_Task goal_
Your job with the data below: print everything from the line that holds "f 285 213 214" down to the line that holds "line L6 (111.125, -190.5)", ends included, exactly, and nothing else.

_Material for the task_

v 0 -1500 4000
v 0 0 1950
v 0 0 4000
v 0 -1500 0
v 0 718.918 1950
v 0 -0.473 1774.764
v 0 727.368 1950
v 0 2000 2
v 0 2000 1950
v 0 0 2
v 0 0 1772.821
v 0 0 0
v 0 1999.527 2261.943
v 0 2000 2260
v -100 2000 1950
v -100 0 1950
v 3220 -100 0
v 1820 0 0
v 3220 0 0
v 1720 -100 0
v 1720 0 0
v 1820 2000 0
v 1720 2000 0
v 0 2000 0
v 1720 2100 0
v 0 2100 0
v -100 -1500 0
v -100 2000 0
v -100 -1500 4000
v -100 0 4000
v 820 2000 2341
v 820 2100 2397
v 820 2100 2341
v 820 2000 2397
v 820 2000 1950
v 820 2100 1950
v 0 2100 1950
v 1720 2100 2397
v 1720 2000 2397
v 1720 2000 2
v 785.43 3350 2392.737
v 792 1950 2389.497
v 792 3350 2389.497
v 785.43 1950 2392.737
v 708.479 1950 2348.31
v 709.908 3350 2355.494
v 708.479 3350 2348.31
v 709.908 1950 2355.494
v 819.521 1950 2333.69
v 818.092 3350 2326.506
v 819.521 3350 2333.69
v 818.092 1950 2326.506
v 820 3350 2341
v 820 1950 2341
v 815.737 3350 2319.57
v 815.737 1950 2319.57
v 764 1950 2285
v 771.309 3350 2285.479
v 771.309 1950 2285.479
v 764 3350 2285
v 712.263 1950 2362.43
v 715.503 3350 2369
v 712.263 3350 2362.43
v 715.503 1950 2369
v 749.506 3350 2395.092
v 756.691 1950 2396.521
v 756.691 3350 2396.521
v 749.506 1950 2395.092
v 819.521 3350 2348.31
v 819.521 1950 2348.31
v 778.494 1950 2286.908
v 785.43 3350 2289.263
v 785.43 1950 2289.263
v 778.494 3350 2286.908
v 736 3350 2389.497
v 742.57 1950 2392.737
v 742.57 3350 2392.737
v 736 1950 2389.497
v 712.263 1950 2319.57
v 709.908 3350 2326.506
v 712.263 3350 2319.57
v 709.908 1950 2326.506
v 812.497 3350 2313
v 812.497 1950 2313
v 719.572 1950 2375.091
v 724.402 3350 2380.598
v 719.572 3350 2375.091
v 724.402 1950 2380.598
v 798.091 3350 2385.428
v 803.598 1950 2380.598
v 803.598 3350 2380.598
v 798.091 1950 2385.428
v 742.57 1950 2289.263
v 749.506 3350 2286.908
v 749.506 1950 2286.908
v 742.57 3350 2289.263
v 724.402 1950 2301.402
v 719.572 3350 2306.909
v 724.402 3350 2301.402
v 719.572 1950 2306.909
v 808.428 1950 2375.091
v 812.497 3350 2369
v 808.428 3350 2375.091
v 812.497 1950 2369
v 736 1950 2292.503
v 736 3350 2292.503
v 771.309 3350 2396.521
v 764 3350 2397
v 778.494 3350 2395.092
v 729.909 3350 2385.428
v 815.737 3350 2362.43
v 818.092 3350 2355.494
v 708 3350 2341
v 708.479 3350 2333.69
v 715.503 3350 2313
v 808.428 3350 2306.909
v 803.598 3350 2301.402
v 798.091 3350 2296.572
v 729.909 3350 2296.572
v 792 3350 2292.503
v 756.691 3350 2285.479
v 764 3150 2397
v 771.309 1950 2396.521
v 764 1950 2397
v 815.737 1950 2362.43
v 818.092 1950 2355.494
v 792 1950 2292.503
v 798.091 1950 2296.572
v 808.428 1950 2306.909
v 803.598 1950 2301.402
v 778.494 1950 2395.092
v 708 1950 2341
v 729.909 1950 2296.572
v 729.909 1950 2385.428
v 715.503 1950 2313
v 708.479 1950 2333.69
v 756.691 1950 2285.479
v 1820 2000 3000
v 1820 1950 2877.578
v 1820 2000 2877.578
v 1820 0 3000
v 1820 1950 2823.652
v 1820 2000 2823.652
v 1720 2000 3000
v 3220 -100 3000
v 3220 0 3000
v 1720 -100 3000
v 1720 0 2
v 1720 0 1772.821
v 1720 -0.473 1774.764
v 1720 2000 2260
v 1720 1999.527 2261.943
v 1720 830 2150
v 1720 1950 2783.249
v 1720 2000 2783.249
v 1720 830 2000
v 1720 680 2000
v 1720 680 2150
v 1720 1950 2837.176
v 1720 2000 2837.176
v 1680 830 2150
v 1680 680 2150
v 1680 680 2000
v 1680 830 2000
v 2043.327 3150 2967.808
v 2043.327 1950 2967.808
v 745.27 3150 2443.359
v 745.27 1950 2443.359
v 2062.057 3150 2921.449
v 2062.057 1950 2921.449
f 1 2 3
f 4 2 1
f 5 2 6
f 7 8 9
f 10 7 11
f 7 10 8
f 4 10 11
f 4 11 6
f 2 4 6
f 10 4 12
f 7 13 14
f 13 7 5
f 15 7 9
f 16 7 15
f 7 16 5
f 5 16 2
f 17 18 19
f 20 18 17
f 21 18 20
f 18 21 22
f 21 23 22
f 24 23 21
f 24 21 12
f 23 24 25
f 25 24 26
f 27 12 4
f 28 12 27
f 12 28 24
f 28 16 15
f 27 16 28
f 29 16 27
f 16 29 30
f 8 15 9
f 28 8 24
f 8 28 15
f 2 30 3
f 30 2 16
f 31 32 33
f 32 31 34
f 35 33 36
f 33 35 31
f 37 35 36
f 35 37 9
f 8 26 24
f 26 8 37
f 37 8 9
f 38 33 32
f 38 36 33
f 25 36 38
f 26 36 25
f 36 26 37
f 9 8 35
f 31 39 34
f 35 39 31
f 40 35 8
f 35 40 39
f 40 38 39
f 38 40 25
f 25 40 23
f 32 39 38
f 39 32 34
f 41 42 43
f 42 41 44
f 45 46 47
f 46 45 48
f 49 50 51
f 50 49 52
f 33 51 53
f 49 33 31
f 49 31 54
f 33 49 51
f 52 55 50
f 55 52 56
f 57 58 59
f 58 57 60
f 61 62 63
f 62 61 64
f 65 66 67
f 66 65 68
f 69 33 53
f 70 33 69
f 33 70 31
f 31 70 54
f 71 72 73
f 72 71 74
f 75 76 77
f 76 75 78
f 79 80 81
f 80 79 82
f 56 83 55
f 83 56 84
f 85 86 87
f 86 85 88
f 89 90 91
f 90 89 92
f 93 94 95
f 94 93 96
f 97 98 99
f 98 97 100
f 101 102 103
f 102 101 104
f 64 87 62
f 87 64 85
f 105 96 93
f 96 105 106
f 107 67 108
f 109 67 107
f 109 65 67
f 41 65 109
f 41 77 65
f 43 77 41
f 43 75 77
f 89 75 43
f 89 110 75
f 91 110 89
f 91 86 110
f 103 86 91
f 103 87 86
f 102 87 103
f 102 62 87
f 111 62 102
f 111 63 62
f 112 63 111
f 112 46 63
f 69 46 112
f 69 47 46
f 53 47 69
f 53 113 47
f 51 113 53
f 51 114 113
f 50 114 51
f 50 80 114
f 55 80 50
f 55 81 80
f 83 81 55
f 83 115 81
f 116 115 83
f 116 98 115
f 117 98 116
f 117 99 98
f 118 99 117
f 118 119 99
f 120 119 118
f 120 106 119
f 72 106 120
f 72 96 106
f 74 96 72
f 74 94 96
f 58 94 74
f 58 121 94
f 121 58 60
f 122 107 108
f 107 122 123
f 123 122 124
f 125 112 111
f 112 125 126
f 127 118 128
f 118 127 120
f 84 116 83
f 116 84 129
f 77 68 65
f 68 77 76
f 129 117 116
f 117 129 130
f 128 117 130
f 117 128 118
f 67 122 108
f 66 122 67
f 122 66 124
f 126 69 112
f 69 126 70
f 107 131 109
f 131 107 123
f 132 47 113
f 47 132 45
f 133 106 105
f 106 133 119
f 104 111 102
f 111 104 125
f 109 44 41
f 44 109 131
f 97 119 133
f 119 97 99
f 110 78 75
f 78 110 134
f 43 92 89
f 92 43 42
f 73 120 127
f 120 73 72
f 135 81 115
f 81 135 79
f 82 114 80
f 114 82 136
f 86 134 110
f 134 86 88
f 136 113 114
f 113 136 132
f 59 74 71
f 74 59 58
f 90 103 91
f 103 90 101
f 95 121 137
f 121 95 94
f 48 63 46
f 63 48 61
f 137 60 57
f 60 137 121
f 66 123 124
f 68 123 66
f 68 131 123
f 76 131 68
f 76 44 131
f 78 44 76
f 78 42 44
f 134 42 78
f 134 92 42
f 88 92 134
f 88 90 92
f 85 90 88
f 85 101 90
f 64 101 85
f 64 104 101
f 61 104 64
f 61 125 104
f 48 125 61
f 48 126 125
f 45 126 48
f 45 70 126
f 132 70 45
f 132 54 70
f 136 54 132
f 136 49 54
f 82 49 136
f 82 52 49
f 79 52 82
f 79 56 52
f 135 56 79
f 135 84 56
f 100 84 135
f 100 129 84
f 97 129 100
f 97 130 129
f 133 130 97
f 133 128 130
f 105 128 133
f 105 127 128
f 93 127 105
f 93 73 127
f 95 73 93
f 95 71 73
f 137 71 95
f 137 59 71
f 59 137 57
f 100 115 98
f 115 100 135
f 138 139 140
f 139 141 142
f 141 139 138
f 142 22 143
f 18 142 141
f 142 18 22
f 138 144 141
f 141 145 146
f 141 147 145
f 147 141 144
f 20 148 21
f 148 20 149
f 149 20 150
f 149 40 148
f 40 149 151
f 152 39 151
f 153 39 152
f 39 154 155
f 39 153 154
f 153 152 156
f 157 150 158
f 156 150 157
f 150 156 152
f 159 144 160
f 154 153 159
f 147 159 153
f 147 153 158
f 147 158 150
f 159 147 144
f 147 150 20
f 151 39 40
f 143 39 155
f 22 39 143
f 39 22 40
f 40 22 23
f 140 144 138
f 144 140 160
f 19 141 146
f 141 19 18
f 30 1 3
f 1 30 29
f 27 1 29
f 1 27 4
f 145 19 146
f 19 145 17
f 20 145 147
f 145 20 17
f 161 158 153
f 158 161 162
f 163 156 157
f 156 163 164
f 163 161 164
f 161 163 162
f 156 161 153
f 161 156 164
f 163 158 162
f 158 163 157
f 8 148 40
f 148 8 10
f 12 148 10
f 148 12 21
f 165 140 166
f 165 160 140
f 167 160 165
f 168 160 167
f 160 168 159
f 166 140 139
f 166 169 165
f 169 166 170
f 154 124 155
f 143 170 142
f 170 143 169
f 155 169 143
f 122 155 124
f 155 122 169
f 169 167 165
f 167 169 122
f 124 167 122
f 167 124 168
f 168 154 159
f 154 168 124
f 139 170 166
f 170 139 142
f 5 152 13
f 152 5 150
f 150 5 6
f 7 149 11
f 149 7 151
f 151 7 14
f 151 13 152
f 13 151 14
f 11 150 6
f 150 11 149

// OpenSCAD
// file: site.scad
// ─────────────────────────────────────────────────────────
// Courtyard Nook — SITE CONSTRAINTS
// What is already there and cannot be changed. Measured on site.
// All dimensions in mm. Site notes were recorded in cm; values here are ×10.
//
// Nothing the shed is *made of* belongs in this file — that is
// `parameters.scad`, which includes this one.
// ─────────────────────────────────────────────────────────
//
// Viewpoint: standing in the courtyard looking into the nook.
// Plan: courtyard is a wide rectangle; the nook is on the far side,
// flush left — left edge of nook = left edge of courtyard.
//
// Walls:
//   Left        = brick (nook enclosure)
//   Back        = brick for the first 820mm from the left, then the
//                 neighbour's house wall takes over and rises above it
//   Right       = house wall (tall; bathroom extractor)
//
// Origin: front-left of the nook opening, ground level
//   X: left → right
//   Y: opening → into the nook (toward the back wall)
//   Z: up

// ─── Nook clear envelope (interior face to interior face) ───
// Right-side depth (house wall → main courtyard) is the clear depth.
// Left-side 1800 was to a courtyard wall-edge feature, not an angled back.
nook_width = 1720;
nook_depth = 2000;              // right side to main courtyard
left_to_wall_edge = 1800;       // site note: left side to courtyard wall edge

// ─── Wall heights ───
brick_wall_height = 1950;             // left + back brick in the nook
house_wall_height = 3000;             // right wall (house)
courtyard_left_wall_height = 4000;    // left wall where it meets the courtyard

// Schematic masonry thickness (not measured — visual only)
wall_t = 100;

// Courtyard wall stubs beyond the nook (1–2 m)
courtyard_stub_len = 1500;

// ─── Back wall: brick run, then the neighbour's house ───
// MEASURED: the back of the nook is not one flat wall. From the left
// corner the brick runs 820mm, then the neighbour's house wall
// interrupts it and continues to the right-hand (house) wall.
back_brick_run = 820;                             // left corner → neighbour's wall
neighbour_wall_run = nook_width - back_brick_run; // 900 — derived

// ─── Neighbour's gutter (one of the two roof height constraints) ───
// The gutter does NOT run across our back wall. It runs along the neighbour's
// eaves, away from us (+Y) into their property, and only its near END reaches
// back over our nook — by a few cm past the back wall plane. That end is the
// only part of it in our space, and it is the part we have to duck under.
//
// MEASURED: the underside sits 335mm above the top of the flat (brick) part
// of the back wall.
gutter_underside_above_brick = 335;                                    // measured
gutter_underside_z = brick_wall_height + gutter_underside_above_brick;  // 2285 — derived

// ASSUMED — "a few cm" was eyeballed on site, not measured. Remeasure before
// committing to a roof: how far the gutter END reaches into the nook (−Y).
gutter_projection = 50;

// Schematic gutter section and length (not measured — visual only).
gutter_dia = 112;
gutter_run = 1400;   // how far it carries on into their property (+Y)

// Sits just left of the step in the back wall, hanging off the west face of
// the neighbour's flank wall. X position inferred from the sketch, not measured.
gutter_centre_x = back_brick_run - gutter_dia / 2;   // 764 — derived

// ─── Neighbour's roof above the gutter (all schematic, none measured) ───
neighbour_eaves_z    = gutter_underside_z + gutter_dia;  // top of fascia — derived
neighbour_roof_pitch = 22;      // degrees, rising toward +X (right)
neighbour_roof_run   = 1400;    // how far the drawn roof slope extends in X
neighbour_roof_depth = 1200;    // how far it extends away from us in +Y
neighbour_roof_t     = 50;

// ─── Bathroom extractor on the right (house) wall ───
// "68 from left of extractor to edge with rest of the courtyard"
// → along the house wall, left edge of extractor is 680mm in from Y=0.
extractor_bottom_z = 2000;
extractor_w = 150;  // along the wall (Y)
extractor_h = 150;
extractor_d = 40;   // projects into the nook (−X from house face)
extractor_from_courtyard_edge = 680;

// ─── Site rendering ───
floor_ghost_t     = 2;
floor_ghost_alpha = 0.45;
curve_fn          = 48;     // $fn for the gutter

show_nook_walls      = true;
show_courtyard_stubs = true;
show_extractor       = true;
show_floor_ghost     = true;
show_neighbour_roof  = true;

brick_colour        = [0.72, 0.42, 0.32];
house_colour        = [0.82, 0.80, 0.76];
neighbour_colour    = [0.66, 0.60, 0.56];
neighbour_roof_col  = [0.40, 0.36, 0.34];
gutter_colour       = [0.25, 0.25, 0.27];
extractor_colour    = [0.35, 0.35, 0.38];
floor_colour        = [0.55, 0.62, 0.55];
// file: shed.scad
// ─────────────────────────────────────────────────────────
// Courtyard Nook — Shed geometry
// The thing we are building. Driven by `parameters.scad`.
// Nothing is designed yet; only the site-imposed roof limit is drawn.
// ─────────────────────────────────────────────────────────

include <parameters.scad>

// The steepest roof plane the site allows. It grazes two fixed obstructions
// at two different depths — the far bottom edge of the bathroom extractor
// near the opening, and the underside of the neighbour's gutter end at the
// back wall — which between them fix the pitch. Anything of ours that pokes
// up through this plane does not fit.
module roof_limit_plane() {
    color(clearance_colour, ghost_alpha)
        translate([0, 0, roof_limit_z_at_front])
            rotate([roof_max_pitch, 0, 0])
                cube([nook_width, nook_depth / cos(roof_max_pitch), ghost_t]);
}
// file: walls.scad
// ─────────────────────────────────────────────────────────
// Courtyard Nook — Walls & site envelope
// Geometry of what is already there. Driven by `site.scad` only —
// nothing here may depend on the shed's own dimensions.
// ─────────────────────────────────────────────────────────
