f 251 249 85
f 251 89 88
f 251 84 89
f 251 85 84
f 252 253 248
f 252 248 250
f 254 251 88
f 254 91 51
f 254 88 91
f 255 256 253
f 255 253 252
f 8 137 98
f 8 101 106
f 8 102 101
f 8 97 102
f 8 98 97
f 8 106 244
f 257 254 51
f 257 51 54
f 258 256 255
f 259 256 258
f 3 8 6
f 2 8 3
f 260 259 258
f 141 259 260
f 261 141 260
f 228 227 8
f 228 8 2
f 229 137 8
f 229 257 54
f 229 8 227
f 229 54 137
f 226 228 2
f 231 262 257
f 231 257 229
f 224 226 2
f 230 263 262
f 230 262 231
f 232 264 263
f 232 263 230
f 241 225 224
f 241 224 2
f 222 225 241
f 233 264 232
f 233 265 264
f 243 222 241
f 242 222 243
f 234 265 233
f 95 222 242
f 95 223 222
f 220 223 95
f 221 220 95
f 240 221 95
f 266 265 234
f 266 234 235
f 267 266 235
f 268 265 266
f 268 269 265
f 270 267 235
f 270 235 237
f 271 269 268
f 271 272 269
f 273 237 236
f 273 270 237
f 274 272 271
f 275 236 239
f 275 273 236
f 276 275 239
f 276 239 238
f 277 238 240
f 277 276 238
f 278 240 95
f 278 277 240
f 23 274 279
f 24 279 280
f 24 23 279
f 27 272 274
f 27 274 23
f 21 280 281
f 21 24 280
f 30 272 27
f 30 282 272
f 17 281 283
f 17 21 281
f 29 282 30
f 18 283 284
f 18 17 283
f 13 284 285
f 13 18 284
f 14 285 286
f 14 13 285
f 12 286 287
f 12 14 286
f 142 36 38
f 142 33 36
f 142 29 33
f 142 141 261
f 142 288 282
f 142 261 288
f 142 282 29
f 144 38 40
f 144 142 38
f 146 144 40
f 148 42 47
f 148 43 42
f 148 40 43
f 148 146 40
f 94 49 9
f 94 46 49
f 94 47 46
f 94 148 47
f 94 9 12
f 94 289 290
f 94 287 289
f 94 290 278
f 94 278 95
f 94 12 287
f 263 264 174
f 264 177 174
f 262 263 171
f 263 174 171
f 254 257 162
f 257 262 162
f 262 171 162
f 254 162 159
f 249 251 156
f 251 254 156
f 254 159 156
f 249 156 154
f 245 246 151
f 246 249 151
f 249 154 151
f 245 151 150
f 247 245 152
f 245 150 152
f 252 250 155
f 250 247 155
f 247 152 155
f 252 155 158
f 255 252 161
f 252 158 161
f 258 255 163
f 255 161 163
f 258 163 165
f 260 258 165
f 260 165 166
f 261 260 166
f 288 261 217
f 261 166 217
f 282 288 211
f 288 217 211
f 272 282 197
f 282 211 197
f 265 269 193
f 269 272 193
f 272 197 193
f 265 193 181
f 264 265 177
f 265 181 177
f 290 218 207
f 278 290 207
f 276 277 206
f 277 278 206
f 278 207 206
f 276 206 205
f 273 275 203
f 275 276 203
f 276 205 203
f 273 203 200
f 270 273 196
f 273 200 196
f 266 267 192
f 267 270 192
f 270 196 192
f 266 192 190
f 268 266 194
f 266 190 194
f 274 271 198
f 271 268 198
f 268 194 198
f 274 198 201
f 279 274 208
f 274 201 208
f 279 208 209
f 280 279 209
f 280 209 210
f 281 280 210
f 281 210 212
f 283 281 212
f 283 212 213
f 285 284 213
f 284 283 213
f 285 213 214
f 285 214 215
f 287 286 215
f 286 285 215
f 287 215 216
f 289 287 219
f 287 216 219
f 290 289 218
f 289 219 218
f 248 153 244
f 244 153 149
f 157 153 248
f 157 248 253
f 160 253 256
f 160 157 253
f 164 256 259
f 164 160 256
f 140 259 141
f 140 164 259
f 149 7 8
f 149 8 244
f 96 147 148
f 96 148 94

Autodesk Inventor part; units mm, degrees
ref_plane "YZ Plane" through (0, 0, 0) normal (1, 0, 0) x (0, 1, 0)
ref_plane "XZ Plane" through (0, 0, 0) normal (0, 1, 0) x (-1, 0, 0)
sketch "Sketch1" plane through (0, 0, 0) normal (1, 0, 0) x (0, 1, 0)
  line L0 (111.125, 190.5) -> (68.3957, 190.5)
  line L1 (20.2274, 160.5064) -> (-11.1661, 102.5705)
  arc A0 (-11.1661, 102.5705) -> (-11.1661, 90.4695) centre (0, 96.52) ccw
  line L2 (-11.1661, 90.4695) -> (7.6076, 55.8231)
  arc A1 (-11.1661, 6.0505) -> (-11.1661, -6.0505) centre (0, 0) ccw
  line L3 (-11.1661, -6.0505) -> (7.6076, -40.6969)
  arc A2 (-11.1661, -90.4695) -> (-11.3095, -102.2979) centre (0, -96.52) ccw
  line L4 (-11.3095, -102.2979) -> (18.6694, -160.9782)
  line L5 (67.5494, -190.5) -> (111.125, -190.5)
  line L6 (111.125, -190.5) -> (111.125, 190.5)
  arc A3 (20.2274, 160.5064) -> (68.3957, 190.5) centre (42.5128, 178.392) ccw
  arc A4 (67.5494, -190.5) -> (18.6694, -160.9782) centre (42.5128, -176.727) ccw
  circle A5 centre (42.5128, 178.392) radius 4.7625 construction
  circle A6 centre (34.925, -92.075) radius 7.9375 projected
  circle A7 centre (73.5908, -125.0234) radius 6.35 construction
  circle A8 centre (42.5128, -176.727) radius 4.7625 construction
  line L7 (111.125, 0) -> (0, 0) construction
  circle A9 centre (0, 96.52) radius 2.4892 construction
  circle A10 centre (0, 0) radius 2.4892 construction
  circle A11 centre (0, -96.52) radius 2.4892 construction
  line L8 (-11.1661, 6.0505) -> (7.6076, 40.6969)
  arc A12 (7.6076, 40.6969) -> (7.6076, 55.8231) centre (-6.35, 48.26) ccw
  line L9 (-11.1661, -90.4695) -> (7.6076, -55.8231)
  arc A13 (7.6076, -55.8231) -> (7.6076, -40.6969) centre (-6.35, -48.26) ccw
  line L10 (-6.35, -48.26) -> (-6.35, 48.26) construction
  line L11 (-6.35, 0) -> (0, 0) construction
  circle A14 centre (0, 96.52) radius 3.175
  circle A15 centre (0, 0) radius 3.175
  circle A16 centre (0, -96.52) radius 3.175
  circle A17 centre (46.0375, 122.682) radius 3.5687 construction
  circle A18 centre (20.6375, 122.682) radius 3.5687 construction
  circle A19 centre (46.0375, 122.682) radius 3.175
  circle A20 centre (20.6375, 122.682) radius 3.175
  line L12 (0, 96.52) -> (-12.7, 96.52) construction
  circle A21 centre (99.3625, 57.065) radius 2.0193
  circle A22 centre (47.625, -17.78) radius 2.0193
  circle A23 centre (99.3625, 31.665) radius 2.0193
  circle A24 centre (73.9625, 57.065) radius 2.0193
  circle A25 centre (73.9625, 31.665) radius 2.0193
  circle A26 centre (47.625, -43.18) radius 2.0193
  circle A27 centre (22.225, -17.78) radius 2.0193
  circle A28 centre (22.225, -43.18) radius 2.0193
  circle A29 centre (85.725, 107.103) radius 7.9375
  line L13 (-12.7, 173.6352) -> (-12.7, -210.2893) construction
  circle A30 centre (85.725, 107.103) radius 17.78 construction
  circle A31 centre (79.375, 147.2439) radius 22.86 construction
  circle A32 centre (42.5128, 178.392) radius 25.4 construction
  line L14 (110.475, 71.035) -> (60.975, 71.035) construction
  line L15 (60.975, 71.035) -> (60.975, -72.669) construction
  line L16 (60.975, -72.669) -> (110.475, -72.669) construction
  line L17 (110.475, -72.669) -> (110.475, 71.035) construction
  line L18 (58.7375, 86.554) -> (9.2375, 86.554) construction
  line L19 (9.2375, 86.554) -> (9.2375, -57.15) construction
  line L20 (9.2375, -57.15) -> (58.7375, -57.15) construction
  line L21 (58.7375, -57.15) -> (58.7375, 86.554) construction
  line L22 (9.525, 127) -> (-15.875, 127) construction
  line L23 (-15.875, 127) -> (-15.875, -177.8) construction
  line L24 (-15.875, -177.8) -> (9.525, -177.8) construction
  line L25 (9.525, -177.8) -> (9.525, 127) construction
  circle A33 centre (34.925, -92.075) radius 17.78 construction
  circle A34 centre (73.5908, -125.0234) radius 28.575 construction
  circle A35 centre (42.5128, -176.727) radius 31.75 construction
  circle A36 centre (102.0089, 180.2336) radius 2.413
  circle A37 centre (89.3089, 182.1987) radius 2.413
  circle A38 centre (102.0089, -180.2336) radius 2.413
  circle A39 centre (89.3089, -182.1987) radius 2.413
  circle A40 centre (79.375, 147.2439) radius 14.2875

_Your response_
f 285 213 214
f 285 214 215
f 287 286 215
f 286 285 215
f 287 215 216
f 289 287 219
f 287 216 219
f 290 289 218
f 289 219 218
f 248 153 244
f 244 153 149
f 157 153 248
f 157 248 253
f 160 253 256
f 160 157 253
f 164 256 259
f 164 160 256
f 140 259 141
f 140 164 259
f 149 7 8
f 149 8 244
f 96 147 148
f 96 148 94

Autodesk Inventor part; units mm, degrees
ref_plane "YZ Plane" through (0, 0, 0) normal (1, 0, 0) x (0, 1, 0)
ref_plane "XZ Plane" through (0, 0, 0) normal (0, 1, 0) x (-1, 0, 0)
sketch "Sketch1" plane through (0, 0, 0) normal (1, 0, 0) x (0, 1, 0)
  line L0 (111.125, 190.5) -> (68.3957, 190.5)
  line L1 (20.2274, 160.5064) -> (-11.1661, 102.5705)
  arc A0 (-11.1661, 102.5705) -> (-11.1661, 90.4695) centre (0, 96.52) ccw
  line L2 (-11.1661, 90.4695) -> (7.6076, 55.8231)
  arc A1 (-11.1661, 6.0505) -> (-11.1661, -6.0505) centre (0, 0) ccw
  line L3 (-11.1661, -6.0505) -> (7.6076, -40.6969)
  arc A2 (-11.1661, -90.4695) -> (-11.3095, -102.2979) centre (0, -96.52) ccw
  line L4 (-11.3095, -102.2979) -> (18.6694, -160.9782)
  line L5 (67.5494, -190.5) -> (111.125, -190.5)
  line L6 (111.125, -190.5) -> (111.125, 190.5)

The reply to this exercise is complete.